In African dance class we literally to stick our necks out. Simul­taneously, we had to stick out our butts—in the other direction. Having “erected’’ myself for eight hours prior to class, an hour and a half of undulation hurt. To make it all worse, I have practiced Zen meditation for fifteen years, learning to be still, keeping my spine straight, and making my attention one-pointed.

In African dance we became snakes and birds. The spine swayed this way and that, and your attention needed to be diffusely focused. African dance demands ambidexterity of all four limbs and the torso as well. My only habitually ambidextrous activity is typing. The aesthetic of African dance requires dancers to move with multiple rhythms in multiple vectors. I who can barely pat my head while rubbing my stomach had to practice polyrhythm. Polyrhythm: polytheism. I grew up a monotheist. At best the “white man’’ is monorhythmic; at worst, he suffers a-rhythmia.

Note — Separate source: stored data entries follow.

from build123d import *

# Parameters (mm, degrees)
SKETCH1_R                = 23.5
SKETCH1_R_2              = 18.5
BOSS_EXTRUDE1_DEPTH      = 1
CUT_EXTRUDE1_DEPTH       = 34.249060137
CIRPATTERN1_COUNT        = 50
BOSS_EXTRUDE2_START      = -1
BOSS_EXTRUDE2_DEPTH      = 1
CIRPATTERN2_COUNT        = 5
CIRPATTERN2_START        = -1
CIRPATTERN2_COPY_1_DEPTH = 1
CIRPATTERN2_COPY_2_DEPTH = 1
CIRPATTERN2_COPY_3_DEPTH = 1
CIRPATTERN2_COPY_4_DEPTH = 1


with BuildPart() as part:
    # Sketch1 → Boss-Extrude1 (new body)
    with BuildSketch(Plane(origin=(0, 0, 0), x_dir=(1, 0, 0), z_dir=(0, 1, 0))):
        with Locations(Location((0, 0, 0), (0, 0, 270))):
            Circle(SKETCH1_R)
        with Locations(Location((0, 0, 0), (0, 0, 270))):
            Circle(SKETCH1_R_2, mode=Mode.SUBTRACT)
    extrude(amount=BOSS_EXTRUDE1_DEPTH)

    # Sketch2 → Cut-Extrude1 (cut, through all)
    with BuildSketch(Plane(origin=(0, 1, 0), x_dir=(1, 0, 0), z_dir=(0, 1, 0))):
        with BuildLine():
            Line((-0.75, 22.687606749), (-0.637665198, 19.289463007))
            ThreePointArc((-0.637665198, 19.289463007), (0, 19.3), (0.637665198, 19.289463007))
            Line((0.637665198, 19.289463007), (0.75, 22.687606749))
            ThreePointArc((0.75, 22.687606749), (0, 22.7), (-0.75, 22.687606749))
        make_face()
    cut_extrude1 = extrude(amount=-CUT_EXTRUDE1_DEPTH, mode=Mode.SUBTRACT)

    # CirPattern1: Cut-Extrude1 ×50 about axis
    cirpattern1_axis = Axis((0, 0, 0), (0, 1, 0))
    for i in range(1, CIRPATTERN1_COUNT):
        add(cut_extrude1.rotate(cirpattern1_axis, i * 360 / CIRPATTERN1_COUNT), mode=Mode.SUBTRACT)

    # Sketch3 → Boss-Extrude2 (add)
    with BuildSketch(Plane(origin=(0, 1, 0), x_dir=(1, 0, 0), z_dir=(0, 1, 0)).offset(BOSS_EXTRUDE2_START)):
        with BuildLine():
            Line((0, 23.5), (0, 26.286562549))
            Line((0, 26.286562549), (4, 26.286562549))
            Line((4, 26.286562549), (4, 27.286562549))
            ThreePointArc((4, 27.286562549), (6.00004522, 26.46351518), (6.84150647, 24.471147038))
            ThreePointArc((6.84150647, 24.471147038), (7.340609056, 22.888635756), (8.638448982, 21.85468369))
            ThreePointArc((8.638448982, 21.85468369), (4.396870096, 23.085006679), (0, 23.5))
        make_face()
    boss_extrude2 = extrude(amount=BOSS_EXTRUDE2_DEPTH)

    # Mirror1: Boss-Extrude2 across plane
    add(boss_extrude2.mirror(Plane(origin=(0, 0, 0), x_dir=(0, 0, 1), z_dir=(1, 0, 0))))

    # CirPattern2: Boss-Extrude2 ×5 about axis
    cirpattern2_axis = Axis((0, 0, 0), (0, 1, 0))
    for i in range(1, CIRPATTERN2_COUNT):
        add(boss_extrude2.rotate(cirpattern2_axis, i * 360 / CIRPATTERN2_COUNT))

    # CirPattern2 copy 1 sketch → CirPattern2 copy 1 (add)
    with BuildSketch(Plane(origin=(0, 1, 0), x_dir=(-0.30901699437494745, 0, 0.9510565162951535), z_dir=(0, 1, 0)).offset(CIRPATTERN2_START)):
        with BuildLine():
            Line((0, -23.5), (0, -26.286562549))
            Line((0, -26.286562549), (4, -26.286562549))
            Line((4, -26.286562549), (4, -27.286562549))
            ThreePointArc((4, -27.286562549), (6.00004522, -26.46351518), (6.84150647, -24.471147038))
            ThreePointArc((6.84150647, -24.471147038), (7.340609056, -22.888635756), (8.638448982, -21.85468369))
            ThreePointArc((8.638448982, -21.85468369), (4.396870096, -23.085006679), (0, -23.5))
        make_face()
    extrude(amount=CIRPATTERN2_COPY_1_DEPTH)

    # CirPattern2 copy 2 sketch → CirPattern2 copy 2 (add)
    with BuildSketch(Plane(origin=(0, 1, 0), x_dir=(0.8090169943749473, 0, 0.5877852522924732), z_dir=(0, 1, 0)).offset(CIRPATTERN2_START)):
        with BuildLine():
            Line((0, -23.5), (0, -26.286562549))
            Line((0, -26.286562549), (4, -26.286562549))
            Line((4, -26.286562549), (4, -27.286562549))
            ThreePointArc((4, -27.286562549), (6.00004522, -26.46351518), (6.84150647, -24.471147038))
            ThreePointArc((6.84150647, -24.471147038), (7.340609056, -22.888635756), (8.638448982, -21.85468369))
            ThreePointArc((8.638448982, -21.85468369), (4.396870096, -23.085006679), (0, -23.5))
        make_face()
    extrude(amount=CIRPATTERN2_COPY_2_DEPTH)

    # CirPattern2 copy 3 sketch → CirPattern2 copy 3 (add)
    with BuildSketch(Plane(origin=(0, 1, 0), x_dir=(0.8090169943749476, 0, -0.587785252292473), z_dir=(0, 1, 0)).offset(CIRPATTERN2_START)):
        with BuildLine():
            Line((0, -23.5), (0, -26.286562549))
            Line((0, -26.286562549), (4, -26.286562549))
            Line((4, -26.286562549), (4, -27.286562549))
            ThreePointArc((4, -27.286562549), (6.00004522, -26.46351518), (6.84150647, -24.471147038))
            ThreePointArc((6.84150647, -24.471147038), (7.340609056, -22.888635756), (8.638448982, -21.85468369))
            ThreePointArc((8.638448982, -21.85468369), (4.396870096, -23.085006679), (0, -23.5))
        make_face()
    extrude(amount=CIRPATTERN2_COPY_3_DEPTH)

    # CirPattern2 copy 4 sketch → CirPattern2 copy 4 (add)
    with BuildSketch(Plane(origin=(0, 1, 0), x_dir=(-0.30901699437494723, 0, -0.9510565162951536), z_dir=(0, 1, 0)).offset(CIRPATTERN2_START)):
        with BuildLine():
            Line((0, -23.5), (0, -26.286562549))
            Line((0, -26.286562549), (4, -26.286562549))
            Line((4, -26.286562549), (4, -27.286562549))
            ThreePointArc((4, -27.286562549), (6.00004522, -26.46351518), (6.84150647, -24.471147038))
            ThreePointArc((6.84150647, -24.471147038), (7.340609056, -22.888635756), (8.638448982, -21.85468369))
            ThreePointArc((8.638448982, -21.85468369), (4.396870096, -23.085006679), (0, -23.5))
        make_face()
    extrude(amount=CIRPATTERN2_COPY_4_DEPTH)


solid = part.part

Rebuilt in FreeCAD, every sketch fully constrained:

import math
import FreeCAD as App
import Part
import Sketcher

V = App.Vector
Q = App.Units.Quantity

doc = App.newDocument("Part")
body = doc.addObject("PartDesign::Body", "Body")

sketch1 = body.newObject("Sketcher::SketchObject", "Sketch")
sketch1.AttachmentSupport = (doc.getObject("XZ_Plane"), [""])
sketch1.MapMode = "FlatFace"
sketch1.addGeometry(Part.Circle(V(0, 0, 0), V(0, 0, 1), 24), False)
sketch1.addGeometry(Part.Circle(V(0, 0, 0), V(0, 0, 1), 18), False)
sketch1.addConstraint(Sketcher.Constraint("Coincident", 0, 3, -1, 1))
sketch1.addConstraint(Sketcher.Constraint("Coincident", 1, 3, -1, 1))
sketch1.addConstraint(Sketcher.Constraint("Diameter", 0, Q("47 mm")))
sketch1.addConstraint(Sketcher.Constraint("Diameter", 1, Q("37 mm")))
pad1 = body.newObject("PartDesign::Pad", "Pad")
pad1.Profile = sketch1
pad1.Length = 1
pad1.Reversed = True

sketch2 = body.newObject("Sketcher::SketchObject", "Sketch001")
sketch2.AttachmentSupport = (doc.getObject("XZ_Plane"), [""])
sketch2.MapMode = "FlatFace"
sketch2.AttachmentOffset = App.Placement(V(0, 0, -1), App.Rotation())
sketch2.addGeometry(Part.LineSegment(V(-0.8, -22.7, 0), V(-0.6, -19.3, 0)), False)
sketch2.addGeometry(Part.ArcOfCircle(Part.Circle(V(0, 0, 0), V(0, 0, 1), 19.3), math.radians(-91.89), math.radians(-88.11)), False)
sketch2.addGeometry(Part.LineSegment(V(0.6, -19.3, 0), V(0.8, -22.7, 0)), False)
sketch2.addGeometry(Part.ArcOfCircle(Part.Circle(V(0, 0, 0), V(0, 0, 1), 22.7), math.radians(-91.89), math.radians(-88.11)), False)
sketch2.addConstraint(Sketcher.Constraint("Coincident", 0, 2, 1, 1))
sketch2.addConstraint(Sketcher.Constraint("Coincident", 1, 2, 2, 1))
sketch2.addConstraint(Sketcher.Constraint("Coincident", 2, 2, 3, 2))
sketch2.addConstraint(Sketcher.Constraint("Coincident", 3, 1, 0, 1))
sketch2.addConstraint(Sketcher.Constraint("Coincident", 1, 3, -1, 1))
sketch2.addConstraint(Sketcher.Constraint("Coincident", 3, 3, -1, 1))
sketch2.addConstraint(Sketcher.Constraint("Horizontal", 0, 2, 1, 2))
sketch2.addConstraint(Sketcher.Constraint("Horizontal", 2, 2, 3, 1))
sketch2.addConstraint(Sketcher.Constraint("Radius", 1, Q("19.3 mm")))
sketch2.addConstraint(Sketcher.Constraint("Radius", 3, Q("22.7 mm")))
sketch2.addConstraint(Sketcher.Constraint("DistanceX", 3, 1, 2, 2, Q("1.5 mm")))
sketch2.addConstraint(Sketcher.Constraint("DistanceX", 0, 2, 1, 2, Q("1.27533 mm")))
pocket1 = body.newObject("PartDesign::Pocket", "Pocket")
pocket1.Profile = sketch2
pocket1.Type = "ThroughAll"
pocket1.Reversed = True
doc.recompute()

polarpattern = body.newObject("PartDesign::PolarPattern", "PolarPattern")
polarpattern.Originals = [pocket1]
polarpattern.Axis = (doc.getObject("Y_Axis"), [""])
polarpattern.Angle = 360
polarpattern.Occurrences = 50
body.Tip = polarpattern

Often I could not remember the African dance routines, either during a session or when I went home and tried to replicate there what I was supposed to have learned in class. The “white man” can’t dance because of his uncultivated kinesthetic memory. To put it in Cartesian fashion, my mind can remember the titles and authors of books (even where they are on the shelf), but my body cannot remember whether to lead with the right foot or left, whether to jump and then turn, or to turn and then jump. The movements were too complex, and they came too fast. There was too little repetition. Often I could not recognize repetitions because they were of patterns rather than of discreet, single movements.

The differences between religious traditions are as choreographic and kinesthetic as they are conceptual and doctrinal. In fact, kinesthetic knowledge is probably more fundamental and enduring. Religious competence in many traditions is fundamentally choreographic rather than verbal. To incarnate the values, to dance the attitudes, of any one tradition is to create psychosomatic structures that resist those of other traditions—no matter how open we aspire to be to them.

Learning ritual in classes rather than in more integral settings may be our only option, but it is a troubled path. The gulf between learning by immersion and learning by deliberate, formal instruction is enormous. Although ritual knowledge may arise in classes, ritual wisdom probably arises only in traditions. So even if I should stop claiming with such resounding hyperbole, “The ‘white man’ can’t dance,’’ I would still have a serious reservation. Sure, the “white man” can learn to dance—but only as a second language.